Additional items an apprentice should bring: The apprentice should bring bedding and towels and any personal items.

Living at Boot Ranch: The Boot Ranch lies on the North and South slopes of the Laramie Mountains in Wyoming. Headquarters is located 12 miles West of Douglas, Wyoming, adjacent to Natural Bridge State Park. The town of Glenrock is fifteen miles west of the ranch, and Casper, the second largest town in the state is about a 45 minute drive. Both Douglas and Casper have a variety of community events and organizations. Casper has a college that offers evening classes on agricultural and non-ag related topics (e.g. I have taken a horseshoeing course there in the past). The Laramie Mountains provide a variety of summer recreation opportunities including climbing, mountain biking, fishing and hunting, and there is a small ski hill, Hogadon, less than an hour from the ranch. Douglas is centrally located to the Rockies with Denver, Sheridan, Fort Collins, Lander and Jackson a few hours drive away. 

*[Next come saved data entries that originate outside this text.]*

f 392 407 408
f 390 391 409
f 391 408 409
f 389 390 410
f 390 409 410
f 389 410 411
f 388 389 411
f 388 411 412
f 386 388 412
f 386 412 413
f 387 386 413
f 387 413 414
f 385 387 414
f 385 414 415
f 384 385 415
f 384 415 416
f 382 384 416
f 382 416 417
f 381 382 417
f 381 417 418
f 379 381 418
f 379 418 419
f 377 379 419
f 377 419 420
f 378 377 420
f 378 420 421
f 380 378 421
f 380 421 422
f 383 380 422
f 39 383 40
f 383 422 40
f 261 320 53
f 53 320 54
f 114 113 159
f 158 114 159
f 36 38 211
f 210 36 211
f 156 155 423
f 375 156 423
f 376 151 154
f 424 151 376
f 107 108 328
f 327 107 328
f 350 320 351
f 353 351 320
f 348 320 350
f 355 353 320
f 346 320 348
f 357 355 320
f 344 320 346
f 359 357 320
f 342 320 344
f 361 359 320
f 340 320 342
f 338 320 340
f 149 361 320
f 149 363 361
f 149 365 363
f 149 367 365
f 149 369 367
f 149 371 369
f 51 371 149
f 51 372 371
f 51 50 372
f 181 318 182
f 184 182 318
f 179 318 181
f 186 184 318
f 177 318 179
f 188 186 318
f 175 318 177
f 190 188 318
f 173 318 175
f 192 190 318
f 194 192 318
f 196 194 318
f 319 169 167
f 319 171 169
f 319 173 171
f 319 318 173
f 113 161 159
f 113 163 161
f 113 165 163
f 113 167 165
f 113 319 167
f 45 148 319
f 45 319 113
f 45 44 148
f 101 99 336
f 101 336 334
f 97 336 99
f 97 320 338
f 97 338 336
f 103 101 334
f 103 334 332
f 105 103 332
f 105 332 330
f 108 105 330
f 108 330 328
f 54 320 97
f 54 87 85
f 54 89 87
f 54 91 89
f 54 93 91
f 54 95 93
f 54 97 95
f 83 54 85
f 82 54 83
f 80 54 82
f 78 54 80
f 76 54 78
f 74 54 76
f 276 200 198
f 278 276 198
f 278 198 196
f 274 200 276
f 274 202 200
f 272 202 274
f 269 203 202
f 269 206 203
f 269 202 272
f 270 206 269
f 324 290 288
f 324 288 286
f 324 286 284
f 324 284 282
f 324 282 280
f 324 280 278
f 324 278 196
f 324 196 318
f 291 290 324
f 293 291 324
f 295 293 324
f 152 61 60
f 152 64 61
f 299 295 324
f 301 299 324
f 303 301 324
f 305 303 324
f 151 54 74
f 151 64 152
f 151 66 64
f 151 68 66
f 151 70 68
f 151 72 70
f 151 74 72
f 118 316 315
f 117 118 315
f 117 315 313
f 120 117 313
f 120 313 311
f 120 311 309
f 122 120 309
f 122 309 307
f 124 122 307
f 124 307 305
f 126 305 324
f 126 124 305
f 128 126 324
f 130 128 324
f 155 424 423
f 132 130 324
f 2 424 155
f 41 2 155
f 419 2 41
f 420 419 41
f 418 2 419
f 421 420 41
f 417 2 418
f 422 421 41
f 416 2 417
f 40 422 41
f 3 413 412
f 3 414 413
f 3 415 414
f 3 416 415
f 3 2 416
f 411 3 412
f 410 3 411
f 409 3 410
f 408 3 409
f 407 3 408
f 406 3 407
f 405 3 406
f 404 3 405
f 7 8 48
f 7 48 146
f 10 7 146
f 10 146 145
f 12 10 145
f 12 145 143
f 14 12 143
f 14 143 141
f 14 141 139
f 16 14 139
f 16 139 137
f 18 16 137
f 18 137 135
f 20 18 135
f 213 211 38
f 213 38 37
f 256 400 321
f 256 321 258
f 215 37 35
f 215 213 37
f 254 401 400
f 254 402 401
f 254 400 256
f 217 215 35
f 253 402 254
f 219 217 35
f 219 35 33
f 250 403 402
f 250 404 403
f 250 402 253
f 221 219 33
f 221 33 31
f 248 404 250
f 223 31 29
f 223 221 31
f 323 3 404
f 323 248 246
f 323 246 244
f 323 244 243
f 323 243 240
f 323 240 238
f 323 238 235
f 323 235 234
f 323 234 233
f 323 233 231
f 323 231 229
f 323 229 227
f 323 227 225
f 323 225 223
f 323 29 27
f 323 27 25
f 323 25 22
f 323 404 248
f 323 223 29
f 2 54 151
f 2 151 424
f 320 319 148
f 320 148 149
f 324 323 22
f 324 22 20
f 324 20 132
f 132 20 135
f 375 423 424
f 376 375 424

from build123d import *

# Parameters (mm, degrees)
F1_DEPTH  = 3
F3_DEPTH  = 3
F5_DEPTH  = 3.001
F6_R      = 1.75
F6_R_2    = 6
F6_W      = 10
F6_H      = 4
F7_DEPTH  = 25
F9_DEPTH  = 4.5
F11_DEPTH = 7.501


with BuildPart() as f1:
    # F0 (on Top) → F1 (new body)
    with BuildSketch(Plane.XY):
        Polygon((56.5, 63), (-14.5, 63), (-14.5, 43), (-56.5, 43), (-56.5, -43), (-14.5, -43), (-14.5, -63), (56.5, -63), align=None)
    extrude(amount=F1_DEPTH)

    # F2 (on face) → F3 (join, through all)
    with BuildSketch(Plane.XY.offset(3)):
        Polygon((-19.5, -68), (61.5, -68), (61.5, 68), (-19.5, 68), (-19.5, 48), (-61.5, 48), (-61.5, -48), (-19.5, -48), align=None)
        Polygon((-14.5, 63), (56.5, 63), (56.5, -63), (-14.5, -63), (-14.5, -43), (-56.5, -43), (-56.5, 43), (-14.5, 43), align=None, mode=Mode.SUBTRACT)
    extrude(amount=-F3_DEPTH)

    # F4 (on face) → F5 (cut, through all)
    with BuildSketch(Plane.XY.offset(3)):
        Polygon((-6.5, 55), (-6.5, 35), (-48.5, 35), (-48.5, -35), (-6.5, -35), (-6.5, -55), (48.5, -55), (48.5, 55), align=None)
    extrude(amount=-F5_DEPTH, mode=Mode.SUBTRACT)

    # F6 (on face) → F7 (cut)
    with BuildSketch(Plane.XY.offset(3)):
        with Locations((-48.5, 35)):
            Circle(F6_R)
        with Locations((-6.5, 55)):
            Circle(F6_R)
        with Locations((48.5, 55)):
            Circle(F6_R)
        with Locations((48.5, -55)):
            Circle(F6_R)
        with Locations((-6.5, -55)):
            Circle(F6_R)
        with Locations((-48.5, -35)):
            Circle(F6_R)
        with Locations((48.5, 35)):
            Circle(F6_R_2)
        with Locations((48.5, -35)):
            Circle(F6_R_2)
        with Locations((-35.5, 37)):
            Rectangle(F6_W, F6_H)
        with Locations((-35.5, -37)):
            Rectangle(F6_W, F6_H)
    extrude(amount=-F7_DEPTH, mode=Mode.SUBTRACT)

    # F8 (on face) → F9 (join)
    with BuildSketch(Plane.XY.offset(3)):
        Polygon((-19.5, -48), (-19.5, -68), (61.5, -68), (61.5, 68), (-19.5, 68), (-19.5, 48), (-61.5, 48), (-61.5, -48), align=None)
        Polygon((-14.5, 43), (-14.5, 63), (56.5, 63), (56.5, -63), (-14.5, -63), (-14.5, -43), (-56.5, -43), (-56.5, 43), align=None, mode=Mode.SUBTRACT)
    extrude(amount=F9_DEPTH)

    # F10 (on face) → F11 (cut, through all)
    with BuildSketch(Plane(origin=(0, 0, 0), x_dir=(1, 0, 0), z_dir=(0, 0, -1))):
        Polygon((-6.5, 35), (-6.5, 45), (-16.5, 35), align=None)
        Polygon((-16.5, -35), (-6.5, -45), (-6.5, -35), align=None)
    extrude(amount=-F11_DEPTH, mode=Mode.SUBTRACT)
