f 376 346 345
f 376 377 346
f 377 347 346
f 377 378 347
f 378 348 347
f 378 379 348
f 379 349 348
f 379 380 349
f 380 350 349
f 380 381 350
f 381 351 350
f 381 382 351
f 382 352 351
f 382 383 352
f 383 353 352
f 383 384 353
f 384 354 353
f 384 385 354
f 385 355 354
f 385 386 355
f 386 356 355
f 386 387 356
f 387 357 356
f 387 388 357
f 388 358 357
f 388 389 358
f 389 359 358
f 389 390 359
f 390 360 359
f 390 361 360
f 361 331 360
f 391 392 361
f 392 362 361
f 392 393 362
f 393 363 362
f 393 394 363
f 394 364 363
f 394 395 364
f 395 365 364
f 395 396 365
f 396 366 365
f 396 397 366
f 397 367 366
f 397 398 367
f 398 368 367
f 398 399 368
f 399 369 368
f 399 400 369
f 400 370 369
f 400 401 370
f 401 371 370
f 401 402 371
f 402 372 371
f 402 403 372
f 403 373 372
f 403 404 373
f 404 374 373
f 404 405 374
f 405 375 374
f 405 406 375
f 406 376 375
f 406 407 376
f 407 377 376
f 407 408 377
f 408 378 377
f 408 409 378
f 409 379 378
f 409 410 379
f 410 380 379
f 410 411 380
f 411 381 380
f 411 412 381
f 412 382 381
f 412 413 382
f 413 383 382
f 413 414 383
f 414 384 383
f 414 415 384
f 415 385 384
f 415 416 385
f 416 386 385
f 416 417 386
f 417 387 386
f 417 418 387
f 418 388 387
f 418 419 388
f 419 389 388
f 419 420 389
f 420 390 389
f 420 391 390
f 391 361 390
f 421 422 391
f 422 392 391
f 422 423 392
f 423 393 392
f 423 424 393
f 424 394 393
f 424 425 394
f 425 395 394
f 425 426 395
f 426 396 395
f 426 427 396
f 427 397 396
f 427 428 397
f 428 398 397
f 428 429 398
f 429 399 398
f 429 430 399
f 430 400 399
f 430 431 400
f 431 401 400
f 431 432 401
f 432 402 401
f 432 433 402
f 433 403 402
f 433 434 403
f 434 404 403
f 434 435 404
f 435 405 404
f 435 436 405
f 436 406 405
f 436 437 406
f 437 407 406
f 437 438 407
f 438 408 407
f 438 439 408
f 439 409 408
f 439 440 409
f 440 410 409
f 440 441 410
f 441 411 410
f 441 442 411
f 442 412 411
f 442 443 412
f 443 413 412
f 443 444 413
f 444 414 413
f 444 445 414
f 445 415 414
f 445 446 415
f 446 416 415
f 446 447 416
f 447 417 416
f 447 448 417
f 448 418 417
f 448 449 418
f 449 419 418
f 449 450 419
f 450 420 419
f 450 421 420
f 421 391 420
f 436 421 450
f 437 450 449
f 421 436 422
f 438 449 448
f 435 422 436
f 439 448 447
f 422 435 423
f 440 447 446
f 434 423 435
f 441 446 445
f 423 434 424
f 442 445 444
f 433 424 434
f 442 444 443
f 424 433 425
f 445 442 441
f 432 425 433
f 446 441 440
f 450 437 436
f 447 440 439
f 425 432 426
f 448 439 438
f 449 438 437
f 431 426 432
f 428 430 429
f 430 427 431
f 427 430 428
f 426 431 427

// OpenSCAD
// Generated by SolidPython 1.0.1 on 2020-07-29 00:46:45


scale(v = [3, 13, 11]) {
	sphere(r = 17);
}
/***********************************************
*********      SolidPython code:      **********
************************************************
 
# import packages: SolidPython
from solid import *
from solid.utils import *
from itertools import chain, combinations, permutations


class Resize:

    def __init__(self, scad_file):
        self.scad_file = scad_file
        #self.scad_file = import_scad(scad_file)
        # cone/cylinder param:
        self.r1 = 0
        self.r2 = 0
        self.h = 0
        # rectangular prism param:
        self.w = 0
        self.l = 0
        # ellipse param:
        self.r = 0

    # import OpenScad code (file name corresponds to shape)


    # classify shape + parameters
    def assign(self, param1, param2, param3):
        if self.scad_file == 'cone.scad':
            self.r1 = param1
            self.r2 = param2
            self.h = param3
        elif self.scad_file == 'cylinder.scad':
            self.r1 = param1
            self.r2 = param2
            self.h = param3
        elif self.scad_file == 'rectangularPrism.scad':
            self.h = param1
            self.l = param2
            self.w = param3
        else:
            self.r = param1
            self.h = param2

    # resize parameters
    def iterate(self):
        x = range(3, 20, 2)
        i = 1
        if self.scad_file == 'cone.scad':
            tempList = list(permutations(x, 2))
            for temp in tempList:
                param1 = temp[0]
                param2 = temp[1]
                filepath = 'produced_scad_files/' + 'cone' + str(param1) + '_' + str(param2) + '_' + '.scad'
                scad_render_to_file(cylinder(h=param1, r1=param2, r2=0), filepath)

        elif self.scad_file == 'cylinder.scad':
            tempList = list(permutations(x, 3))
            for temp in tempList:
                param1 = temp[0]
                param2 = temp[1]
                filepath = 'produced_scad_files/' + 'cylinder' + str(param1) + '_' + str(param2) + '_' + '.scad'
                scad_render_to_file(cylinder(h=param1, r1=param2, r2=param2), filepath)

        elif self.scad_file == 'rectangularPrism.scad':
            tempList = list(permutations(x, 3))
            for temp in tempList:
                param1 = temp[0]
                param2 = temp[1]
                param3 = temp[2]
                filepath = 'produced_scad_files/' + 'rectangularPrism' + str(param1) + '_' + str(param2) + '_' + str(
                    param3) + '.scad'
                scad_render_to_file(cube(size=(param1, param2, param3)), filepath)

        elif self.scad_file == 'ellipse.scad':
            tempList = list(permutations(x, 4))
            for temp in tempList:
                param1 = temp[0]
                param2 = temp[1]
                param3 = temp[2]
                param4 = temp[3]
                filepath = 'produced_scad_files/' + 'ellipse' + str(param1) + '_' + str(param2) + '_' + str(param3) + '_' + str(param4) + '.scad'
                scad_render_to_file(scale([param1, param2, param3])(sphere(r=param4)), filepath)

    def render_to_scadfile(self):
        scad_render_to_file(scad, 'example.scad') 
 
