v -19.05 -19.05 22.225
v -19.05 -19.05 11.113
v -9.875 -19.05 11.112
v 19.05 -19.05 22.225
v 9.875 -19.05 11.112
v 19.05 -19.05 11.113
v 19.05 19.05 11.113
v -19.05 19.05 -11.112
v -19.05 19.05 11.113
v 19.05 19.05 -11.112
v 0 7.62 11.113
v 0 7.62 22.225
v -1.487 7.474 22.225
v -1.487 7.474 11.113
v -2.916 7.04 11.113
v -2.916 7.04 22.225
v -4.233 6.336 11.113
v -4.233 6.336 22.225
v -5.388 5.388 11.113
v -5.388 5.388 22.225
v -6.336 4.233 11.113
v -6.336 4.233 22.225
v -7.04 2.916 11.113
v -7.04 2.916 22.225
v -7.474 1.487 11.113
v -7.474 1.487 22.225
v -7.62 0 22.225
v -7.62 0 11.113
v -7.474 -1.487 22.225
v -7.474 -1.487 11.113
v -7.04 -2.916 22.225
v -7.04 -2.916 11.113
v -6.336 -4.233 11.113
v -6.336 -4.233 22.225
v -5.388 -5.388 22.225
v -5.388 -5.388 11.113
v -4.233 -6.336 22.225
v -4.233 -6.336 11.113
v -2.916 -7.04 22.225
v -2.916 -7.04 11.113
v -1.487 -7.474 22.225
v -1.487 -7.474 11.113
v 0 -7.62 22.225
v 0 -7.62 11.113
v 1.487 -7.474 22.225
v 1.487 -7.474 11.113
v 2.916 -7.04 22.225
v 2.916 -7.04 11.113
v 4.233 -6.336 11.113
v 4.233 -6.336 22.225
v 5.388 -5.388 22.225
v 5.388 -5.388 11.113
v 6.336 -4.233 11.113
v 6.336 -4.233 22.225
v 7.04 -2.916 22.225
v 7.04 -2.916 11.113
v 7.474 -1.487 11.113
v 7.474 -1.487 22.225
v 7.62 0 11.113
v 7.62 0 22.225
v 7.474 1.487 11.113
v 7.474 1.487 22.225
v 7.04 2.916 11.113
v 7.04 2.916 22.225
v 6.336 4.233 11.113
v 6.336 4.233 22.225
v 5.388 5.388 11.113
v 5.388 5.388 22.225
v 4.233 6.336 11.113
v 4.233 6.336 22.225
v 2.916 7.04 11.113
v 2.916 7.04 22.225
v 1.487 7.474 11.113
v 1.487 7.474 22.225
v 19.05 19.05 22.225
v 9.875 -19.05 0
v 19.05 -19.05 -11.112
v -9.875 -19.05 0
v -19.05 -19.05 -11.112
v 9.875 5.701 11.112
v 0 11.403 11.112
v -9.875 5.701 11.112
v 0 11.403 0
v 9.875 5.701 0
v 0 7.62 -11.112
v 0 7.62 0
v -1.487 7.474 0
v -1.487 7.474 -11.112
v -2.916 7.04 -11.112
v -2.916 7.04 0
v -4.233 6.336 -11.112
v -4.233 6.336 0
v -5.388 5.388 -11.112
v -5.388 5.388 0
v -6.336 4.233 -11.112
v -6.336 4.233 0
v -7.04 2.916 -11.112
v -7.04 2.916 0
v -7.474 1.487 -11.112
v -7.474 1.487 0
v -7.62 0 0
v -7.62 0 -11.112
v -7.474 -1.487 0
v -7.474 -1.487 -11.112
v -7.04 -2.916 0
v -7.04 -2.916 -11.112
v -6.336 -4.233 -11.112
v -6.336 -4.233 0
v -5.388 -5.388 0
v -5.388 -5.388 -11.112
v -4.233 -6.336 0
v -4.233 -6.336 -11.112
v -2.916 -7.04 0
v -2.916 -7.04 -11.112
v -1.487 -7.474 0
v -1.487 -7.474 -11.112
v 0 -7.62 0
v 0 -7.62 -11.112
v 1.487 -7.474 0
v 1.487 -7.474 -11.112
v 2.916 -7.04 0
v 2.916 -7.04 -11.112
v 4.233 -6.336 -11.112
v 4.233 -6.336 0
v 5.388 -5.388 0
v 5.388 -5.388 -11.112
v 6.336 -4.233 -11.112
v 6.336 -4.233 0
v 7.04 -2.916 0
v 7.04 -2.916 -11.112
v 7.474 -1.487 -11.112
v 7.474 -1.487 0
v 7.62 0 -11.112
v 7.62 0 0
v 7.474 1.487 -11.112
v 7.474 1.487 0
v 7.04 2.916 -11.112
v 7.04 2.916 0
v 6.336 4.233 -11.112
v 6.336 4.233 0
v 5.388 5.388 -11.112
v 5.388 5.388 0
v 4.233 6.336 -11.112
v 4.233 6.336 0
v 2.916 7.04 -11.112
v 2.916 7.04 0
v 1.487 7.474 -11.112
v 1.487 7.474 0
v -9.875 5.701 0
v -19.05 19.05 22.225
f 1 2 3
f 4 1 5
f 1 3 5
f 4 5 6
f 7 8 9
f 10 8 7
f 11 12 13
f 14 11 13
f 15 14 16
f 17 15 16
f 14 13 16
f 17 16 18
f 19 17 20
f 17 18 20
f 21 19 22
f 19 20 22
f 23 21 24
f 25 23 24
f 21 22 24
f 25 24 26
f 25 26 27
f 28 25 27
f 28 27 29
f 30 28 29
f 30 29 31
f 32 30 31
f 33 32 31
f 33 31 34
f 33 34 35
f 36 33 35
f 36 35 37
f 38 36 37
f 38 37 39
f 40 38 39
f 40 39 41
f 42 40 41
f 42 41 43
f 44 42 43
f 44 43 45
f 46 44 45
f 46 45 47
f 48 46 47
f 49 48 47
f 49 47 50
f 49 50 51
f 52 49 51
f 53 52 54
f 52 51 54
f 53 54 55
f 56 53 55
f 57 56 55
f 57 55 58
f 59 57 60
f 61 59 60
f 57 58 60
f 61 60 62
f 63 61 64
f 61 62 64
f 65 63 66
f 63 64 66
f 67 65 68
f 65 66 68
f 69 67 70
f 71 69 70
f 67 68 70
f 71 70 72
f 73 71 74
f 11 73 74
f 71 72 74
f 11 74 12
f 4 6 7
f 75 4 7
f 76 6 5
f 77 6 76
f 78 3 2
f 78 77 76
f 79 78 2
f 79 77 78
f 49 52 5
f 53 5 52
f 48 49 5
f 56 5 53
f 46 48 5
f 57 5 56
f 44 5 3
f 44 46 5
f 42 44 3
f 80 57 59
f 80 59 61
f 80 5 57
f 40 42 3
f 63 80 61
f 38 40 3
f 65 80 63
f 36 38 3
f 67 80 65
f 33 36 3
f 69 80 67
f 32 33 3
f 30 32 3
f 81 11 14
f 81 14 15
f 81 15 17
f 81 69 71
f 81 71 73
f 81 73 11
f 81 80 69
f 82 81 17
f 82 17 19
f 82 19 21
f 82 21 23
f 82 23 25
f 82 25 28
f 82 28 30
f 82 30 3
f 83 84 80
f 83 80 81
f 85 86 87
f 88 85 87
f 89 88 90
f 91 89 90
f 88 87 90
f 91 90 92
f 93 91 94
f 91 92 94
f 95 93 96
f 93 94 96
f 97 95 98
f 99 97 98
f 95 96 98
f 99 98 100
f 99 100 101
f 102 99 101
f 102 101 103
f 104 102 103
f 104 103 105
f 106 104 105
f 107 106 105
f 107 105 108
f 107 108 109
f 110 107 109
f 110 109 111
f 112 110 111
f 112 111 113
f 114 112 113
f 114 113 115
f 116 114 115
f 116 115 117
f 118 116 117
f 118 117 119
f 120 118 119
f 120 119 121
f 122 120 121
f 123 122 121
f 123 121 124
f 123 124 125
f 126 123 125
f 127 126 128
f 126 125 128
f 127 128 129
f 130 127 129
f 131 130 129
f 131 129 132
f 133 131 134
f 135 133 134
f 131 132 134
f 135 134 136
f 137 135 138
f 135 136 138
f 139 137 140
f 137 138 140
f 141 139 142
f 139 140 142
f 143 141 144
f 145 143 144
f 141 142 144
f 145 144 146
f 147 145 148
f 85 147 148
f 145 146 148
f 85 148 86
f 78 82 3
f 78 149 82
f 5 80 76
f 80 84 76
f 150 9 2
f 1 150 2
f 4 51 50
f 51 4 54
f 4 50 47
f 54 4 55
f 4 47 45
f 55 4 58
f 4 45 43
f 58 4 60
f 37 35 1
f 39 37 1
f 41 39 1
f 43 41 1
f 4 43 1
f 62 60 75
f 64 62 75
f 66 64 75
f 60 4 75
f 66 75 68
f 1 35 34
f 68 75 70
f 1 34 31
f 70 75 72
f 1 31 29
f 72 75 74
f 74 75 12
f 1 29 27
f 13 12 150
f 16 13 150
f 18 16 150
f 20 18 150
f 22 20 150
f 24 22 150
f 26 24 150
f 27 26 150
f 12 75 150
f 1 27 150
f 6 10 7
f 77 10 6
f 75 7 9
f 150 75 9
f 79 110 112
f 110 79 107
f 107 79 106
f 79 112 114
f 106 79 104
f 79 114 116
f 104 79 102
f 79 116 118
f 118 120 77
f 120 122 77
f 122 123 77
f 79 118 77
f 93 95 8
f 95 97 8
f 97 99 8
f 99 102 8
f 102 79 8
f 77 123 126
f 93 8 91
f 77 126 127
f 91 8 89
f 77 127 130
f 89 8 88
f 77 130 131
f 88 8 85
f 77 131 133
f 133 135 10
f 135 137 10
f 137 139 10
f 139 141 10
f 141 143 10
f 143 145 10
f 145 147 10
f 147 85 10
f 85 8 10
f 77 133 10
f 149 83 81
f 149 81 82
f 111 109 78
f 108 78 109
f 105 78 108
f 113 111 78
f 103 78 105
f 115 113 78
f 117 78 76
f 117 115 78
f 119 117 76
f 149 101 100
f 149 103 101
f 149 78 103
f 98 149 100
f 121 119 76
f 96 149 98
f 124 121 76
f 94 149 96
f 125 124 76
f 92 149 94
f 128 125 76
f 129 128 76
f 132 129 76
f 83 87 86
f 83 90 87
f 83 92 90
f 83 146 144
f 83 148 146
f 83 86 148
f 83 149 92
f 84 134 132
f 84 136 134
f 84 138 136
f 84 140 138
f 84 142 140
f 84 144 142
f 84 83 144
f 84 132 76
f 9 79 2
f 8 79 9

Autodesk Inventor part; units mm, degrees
ref_plane "YZ Plane" through (0, 0, 0) normal (1, 0, 0) x (0, 1, 0)
ref_plane "XZ Plane" through (0, 0, 0) normal (0, 1, 0) x (-1, 0, 0)
sketch "Sketch1" plane through (0, 0, 0) normal (0, 0, 1) x (1, 0, 0)
  line L0 (0, -10.9985) -> (-9.525, -5.4993)
  line L1 (-9.525, -5.4993) -> (-9.525, 5.4993)
  line L2 (-9.525, 5.4993) -> (0, 10.9985)
  line L3 (0, 10.9985) -> (9.525, 5.4993)
  line L4 (9.525, 5.4993) -> (9.525, -5.4993)
  line L5 (9.525, -5.4993) -> (0, -10.9985)
  point P0 (0, 0)
  point P1 (0, 0)
  dimension "d0" = 19.05
  dimension "d1" = 21.9971
sketch "Sketch2" plane through (0, 0, 0) normal (0, 0, 1) x (1, 0, 0)
  line L0 (-19.05, -19.05) -> (-19.05, 19.05)
  line L1 (-19.05, 19.05) -> (19.05, 19.05)
  line L2 (19.05, 19.05) -> (19.05, -19.05)
  line L3 (19.05, -19.05) -> (-19.05, -19.05)
  circle A0 centre (0, 0) radius 6.35 construction
  circle A1 centre (0, 0) radius 6.35 construction
  line L4 (0, -10.9985) -> (-9.525, -5.4993) construction
  line L5 (-9.525, -5.4993) -> (-9.525, 5.4993) construction
  line L6 (-9.525, 5.4993) -> (0, 10.9985) construction
  line L7 (0, 10.9985) -> (9.525, 5.4993) construction
  line L8 (9.525, 5.4993) -> (9.525, -5.4993) construction
  line L9 (9.525, -5.4993) -> (0, -10.9985) construction
  line L10 (0, 11.4027) -> (-9.875, 5.7013)
  line L11 (-9.875, 5.7013) -> (-9.875, -5.7013) construction
  line L12 (-9.875, -5.7013) -> (0, -11.4027) construction
  line L13 (0, -11.4027) -> (9.875, -5.7013) construction
  line L14 (9.875, -5.7013) -> (9.875, 5.7013) construction
  line L15 (9.875, 5.7013) -> (0, 11.4027)
  line L16 (-9.875, 5.7013) -> (-9.875, -19.05)
  line L17 (9.875, 5.7013) -> (9.875, -19.05)
  dimension "d11" = 38.1
  dimension "d12" = 0.35
extrude "Extrusion2" add sketch "Sketch2" along normal blind 11.1125 contours L0 L1 L2 L3 L17 L15 L10 L16
extrude "Extrusion4" add sketch "Sketch2" against normal blind 11.1125
ref_plane "Work Plane1" through (0, 0, 5.5563) normal (0, 0, 1) x (1, 0, 0)
mirror "Mirror1" about plane through (0, 0, 5.5563) normal (0, 0, 1) of "Extrusion4"
sketch "Sketch4" plane through (0, 0, -11.1125) normal (0, 0, -1) x (-1, 0, 0)
  point P0 (0, 0)
hole "Hole2" at (0, 0, -11.1125) direction (0, 0, 1) diameter 15.24 end through all
equation "\"d11\" = 2 * d0"
properties part number "halfinchNUT"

Quivira Coalition Activities: This apprenticeship is offered through Quivira Coalition’s New Agrarian Program. The full cohort of apprentices on regenerative ranches and farms across the west will attend an April orientation, participate in supplemental education provided in partnership with Holistic Management International, and attend the annual Quivira Conference, hosted with Holistic Management International and the American Grassfed Association, in November. Apprentices are also required to write several reports during their apprenticeship; these reports will go through the NAP Coordinator at Quivira, and be posted on the Quivira website.

Specific challenges an apprentice could help with: We are looking for ways to increase our marketing of grassfed beef direct to consumer and to help develop our marketing visibility.